What to produce
Repeat verbatim only the lines from the opening of the material below through the one that contains "v 2.005 1.883 -4".
■ ■ ■ ■ ■ ■ ■
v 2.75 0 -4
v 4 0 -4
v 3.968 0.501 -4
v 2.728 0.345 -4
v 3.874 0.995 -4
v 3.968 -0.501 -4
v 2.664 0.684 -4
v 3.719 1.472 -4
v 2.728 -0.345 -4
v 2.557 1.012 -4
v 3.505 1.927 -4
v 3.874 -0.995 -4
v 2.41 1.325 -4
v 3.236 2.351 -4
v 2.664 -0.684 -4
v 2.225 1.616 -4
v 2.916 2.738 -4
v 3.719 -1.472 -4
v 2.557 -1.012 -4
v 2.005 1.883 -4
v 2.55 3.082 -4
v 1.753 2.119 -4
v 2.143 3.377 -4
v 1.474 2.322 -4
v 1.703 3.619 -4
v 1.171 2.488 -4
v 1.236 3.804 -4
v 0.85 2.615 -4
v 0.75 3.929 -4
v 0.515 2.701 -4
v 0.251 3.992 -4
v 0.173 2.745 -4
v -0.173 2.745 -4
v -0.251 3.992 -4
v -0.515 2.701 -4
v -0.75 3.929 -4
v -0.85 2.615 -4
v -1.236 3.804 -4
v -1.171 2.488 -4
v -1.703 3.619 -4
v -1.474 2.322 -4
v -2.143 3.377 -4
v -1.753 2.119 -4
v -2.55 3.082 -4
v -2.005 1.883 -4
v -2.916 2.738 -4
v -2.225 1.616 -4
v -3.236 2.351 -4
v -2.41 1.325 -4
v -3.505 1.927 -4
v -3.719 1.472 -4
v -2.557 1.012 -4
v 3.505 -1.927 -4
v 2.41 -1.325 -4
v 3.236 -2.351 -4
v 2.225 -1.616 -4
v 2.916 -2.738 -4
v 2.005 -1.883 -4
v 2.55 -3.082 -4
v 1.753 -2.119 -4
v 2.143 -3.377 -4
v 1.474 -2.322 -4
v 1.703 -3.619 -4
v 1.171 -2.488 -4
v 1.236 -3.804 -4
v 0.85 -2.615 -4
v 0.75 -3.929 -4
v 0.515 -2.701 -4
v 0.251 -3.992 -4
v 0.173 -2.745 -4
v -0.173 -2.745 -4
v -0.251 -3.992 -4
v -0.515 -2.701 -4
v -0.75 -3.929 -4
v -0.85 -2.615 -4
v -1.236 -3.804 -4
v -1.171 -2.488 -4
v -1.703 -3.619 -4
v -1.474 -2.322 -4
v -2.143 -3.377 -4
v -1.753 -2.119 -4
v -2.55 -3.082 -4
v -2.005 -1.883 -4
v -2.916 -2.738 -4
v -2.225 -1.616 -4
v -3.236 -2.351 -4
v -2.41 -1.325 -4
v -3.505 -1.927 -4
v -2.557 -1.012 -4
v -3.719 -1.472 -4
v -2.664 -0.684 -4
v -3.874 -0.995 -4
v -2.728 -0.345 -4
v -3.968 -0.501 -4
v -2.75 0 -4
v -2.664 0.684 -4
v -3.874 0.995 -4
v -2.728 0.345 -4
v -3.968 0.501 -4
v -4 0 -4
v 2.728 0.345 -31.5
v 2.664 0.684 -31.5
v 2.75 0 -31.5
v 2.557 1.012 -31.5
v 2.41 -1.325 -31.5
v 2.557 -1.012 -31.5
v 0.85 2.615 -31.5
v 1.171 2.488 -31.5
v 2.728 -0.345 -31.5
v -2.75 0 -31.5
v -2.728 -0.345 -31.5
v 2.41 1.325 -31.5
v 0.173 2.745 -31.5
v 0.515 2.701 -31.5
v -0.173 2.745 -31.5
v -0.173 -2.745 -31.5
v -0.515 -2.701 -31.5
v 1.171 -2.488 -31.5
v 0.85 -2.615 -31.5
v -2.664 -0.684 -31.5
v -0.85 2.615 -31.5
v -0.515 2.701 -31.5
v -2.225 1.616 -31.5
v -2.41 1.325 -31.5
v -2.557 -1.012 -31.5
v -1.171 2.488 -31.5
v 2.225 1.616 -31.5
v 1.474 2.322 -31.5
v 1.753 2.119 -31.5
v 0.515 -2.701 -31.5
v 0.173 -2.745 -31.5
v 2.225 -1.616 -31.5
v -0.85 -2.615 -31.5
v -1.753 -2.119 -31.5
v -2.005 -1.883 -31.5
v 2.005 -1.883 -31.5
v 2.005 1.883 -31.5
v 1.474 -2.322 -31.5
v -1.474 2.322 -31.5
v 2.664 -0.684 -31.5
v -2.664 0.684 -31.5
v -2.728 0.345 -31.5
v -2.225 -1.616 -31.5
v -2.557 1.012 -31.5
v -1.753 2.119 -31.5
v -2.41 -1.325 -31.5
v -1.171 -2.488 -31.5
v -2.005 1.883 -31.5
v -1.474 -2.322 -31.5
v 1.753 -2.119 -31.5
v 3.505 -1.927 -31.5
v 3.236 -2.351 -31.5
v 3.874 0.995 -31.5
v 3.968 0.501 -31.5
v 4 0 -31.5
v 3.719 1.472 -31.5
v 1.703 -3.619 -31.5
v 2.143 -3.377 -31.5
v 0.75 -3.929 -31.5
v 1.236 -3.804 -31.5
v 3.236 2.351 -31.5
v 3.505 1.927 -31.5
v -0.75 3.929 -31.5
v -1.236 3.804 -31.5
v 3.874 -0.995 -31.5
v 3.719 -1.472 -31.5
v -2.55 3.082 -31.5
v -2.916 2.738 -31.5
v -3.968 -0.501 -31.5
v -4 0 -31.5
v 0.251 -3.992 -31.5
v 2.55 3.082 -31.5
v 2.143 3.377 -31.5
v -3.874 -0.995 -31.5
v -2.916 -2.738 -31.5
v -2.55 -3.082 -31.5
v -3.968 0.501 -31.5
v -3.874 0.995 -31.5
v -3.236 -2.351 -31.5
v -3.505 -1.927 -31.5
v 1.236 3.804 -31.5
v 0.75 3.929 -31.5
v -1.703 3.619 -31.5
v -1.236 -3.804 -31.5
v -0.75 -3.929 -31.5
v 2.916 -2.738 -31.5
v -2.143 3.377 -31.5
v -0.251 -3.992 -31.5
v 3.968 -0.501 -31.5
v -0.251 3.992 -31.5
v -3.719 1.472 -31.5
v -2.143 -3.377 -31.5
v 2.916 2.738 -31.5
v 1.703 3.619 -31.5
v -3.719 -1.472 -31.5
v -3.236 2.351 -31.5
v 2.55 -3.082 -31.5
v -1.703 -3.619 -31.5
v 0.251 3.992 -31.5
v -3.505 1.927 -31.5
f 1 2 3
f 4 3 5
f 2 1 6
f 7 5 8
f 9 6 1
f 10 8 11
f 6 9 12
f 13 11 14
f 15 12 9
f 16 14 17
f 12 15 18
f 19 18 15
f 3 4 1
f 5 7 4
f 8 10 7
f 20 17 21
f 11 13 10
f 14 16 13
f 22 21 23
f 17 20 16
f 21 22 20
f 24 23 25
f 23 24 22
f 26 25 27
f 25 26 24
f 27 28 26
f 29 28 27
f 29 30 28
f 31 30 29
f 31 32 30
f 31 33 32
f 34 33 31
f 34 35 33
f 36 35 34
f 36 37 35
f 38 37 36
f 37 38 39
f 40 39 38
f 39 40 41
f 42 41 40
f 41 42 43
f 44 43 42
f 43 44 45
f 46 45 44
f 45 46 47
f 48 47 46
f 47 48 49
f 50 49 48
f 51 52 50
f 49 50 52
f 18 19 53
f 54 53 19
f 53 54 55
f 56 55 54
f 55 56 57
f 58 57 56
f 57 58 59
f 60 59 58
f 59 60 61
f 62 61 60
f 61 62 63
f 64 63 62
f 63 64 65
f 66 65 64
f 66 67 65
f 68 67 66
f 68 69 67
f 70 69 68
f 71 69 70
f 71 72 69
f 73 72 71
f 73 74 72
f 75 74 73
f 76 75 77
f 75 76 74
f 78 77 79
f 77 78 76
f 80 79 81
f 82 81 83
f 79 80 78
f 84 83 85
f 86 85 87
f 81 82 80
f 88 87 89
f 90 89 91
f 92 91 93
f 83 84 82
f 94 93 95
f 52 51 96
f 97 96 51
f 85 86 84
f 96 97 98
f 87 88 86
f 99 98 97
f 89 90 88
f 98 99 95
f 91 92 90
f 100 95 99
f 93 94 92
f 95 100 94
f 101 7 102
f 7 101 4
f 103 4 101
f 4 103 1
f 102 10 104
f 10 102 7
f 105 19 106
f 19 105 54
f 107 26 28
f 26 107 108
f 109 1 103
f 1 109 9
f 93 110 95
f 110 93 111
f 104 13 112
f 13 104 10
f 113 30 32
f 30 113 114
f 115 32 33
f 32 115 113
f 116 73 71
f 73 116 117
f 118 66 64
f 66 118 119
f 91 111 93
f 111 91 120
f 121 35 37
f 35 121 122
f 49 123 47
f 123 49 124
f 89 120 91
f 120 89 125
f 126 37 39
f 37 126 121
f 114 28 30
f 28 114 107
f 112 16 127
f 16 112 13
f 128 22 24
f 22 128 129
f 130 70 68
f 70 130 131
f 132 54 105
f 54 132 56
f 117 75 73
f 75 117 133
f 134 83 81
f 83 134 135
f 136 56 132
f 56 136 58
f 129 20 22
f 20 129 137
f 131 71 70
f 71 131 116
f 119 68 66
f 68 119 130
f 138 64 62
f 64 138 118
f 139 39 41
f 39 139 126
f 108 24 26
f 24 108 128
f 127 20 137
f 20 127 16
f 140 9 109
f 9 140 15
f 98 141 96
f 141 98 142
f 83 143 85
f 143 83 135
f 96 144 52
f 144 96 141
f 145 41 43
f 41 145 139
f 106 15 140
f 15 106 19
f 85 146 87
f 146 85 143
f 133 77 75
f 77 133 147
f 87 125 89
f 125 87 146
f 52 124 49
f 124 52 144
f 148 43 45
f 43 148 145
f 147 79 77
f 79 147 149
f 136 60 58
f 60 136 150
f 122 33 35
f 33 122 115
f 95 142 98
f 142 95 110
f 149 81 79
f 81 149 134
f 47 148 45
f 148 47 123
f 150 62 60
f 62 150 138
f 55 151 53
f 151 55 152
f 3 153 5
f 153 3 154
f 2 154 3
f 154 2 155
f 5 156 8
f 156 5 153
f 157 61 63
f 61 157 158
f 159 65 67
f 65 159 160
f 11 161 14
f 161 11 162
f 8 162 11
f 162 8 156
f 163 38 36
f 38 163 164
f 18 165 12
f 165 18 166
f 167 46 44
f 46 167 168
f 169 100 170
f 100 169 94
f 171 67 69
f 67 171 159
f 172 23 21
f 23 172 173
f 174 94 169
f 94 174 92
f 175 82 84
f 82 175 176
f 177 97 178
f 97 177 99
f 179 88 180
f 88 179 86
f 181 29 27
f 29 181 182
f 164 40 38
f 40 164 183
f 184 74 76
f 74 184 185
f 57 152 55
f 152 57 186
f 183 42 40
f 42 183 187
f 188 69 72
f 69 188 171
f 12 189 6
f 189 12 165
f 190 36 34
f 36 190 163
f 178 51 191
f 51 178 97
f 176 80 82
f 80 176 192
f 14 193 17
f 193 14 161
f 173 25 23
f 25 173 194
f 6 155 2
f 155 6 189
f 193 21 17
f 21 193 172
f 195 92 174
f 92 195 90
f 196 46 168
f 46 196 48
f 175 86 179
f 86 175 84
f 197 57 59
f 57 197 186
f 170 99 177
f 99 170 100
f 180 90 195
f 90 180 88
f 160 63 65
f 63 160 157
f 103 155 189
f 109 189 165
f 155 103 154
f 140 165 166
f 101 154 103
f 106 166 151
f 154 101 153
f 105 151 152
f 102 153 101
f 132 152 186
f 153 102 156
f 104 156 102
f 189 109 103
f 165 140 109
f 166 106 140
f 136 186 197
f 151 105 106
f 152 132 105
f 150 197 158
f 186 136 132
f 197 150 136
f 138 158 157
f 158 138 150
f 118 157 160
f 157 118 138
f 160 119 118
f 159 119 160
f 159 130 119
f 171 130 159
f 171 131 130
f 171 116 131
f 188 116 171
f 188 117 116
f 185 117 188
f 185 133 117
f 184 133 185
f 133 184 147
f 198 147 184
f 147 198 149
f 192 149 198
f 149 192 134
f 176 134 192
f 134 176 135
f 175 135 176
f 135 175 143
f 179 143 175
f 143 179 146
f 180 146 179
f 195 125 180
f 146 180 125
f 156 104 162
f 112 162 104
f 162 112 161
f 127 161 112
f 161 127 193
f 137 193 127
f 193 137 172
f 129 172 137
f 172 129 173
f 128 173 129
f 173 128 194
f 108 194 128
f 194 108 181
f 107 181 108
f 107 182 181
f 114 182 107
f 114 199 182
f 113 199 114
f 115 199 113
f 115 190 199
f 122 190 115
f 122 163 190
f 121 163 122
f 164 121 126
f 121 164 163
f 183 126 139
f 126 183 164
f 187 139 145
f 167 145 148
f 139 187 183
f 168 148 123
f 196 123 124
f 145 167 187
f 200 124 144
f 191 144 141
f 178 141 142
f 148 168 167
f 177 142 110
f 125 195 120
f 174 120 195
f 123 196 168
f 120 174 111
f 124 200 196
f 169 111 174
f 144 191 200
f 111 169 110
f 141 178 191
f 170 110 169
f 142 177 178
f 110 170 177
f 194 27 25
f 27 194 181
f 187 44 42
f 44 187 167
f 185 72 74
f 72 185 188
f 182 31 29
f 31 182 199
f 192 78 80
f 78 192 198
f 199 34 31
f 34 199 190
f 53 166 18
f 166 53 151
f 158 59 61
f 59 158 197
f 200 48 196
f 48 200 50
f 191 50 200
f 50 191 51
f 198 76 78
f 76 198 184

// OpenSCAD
$fn = 50;

difference() {
	union() {
		translate(v = [0, 0, -31.5]) {
			cylinder(h = 34.5, r = 4.0);
		}
	}
	union() {
		translate(v = [0, 0, 0]) {
			rotate(a = [0, 0, 0]) {
				difference() {
					union() {
						translate(v = [0, 0, -4]) {
							linear_extrude(height = 4) {
								polygon(points = [[4.8468, 0.0], [2.4234000000000004, 4.197451927062417], [-2.423399999999999, 4.197451927062417], [-4.8468, 5.935618106107392e-16], [-2.423400000000002, -4.197451927062416], [2.423399999999997, -4.197451927062419]]);
							}
						}
					}
					union();
				}
			}
		}
		#cylinder(h = 3, r = 6.25);
		#translate(v = [0, 0, -100.0]) {
			cylinder(h = 200, r = 2.75);
		}
	}
}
■ ■ ■ ■ ■ ■ ■
Result for this task
v 2.75 0 -4
v 4 0 -4
v 3.968 0.501 -4
v 2.728 0.345 -4
v 3.874 0.995 -4
v 3.968 -0.501 -4
v 2.664 0.684 -4
v 3.719 1.472 -4
v 2.728 -0.345 -4
v 2.557 1.012 -4
v 3.505 1.927 -4
v 3.874 -0.995 -4
v 2.41 1.325 -4
v 3.236 2.351 -4
v 2.664 -0.684 -4
v 2.225 1.616 -4
v 2.916 2.738 -4
v 3.719 -1.472 -4
v 2.557 -1.012 -4
v 2.005 1.883 -4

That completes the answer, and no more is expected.